The plane has been missing for over a decade (Supian Ahmad/NurPhoto via Getty Images)
The plane has been missing for over a decade (Supian Ahmad/NurPhoto via Getty Images)

It went missing, disappearing from any radar and everyone aboard has been presumed dead.

What ensued after the event was the most expensive search in aviation history and debris from the aircraft has been uncovered.

However, the plane has still never been found and many have shared their own theories as to what could have happened.

Now, one scientist has thrown his own theory into the ring, claiming to have “solved” the mystery of where the aircraft went.

According to Vincent Lyne of the University of Tasmania, analysis of the debris indicates signs of a 'controlled ditching'.

A new study argues that damage to MH370's wings, flap and flaperon point towards a "controlled ditching" (Mohd Samsul Mohd Said/Getty Images)
A new study argues that damage to MH370's wings, flap and flaperon point towards a "controlled ditching" (Mohd Samsul Mohd Said/Getty Images)

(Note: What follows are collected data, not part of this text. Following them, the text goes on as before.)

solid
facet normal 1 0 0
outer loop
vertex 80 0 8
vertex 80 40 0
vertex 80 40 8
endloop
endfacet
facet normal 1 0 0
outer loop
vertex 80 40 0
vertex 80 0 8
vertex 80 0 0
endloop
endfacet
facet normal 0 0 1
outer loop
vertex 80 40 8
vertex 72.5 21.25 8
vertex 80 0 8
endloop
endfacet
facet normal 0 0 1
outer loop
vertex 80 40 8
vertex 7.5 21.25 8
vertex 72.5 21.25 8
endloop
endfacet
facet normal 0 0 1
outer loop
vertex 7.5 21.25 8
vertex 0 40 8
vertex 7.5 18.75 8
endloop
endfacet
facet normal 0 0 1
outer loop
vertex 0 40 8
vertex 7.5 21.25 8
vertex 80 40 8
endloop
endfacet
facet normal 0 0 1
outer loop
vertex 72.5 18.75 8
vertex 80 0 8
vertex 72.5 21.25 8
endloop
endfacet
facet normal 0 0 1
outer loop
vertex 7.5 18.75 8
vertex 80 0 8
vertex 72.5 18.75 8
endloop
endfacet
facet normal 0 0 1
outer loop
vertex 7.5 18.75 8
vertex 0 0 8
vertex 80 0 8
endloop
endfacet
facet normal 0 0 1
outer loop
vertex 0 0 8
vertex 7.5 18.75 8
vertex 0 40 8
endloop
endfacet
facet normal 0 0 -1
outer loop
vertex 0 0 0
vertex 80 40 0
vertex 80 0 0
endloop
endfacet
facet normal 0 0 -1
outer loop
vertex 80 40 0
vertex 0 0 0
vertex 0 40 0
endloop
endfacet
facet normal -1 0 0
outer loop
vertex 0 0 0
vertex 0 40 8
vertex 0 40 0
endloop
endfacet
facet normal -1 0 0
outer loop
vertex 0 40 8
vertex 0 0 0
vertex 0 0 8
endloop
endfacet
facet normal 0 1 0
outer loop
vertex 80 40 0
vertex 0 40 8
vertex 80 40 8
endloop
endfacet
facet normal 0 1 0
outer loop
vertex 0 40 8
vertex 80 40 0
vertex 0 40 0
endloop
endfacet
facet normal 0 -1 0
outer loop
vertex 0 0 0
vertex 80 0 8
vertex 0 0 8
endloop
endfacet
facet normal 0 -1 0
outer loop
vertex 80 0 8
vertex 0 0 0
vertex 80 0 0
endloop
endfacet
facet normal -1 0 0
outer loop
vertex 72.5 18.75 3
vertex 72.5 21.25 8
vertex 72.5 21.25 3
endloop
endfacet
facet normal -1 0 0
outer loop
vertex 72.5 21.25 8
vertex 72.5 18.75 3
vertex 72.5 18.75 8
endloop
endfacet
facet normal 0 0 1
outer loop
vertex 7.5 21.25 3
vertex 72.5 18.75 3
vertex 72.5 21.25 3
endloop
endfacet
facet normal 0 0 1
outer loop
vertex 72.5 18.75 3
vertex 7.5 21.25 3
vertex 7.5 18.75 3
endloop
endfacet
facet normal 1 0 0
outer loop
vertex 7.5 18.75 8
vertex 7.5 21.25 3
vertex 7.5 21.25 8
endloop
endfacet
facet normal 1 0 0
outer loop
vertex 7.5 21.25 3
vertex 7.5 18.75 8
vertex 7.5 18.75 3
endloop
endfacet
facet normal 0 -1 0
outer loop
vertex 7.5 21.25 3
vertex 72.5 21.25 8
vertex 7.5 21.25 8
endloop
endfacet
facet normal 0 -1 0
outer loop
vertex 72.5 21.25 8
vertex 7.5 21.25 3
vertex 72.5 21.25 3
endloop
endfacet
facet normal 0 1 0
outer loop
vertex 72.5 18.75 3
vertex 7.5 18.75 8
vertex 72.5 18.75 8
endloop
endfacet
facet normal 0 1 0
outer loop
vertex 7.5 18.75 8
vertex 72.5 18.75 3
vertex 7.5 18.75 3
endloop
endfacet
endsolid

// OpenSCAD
// CodeBound non-load-bearing tabletop label holder, millimeters.
// Use only in a dry indoor setting for paper/card labels.
// NOT for electrical, structural, pressure, food or potable-water applications.
// 3D printers may emit particles/VOCs and have hot and moving parts.
// Consult NIOSH and printer/filament manufacturer for ventilation and handling.
base_width_mm = 80;
base_depth_mm = 40;
base_height_mm = 8;
slot_width_mm = 2.5;
slot_length_mm = 65;
slot_depth_mm = 5;

assert(base_width_mm > slot_length_mm + 8, "Leave side walls");
assert(base_depth_mm > slot_width_mm + 8, "Leave front/back walls");
assert(base_height_mm > slot_depth_mm + 2, "Leave a floor under the slot");
assert(slot_length_mm > 15 && slot_width_mm > 0 && slot_depth_mm > 0);
difference() {
    cube([base_width_mm, base_depth_mm, base_height_mm], center = false);
    translate([(base_width_mm - slot_length_mm) / 2,
               (base_depth_mm - slot_width_mm) / 2,
               base_height_mm - slot_depth_mm])
        cube([slot_length_mm, slot_width_mm, slot_depth_mm + 0.1], center = false);
}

He wrote that the damage to the plane's wings shows similarities to those of a plane that Captain Chesley Sullenberger successfully landed in the Hudson River in 2009.

While there is a theory that MH370 went into an uncontrolled dive after 'fuel exhaustion', Lyne's study argues that instead the aircraft’s descent into the water was more controlled with the pilots deploying gear to help the plane down.

Writing on a LinkedIn post to accompany his study, Lyne said: “This work changes the narrative of MH370’s disappearance from one of no-blame, fuel-starvation at the 7th arc, high-speed dive, to a mastermind pilot almost executing an incredible perfect-disappearance in the Southern Indian Ocean.

There have been many theories surrounding the mystery (Nicolas Economou/NurPhoto via Getty Images)
There have been many theories surrounding the mystery (Nicolas Economou/NurPhoto via Getty Images)

“In fact, it would have worked were it not for MH370 ploughing its right wing through a wave, and the discovery of the regular interrogation satellite communications by Inmarsat.”

Lyne isn’t the first person who claims they've “solved” the mystery of what happened to the plane.

Some people have theorized that the aircraft was hijacked or shot down.

Someone else tried to claim that the passenger plane was flown into a black hole (a radar blindspot, not the space thing) with a “carefully planned” move to take it off the grid.

There’s debris, flight logs and clues to comb through as people try to figure out what happened to MH370 but unless or until we find the plane itself it’s going to be hard to prove any one theory.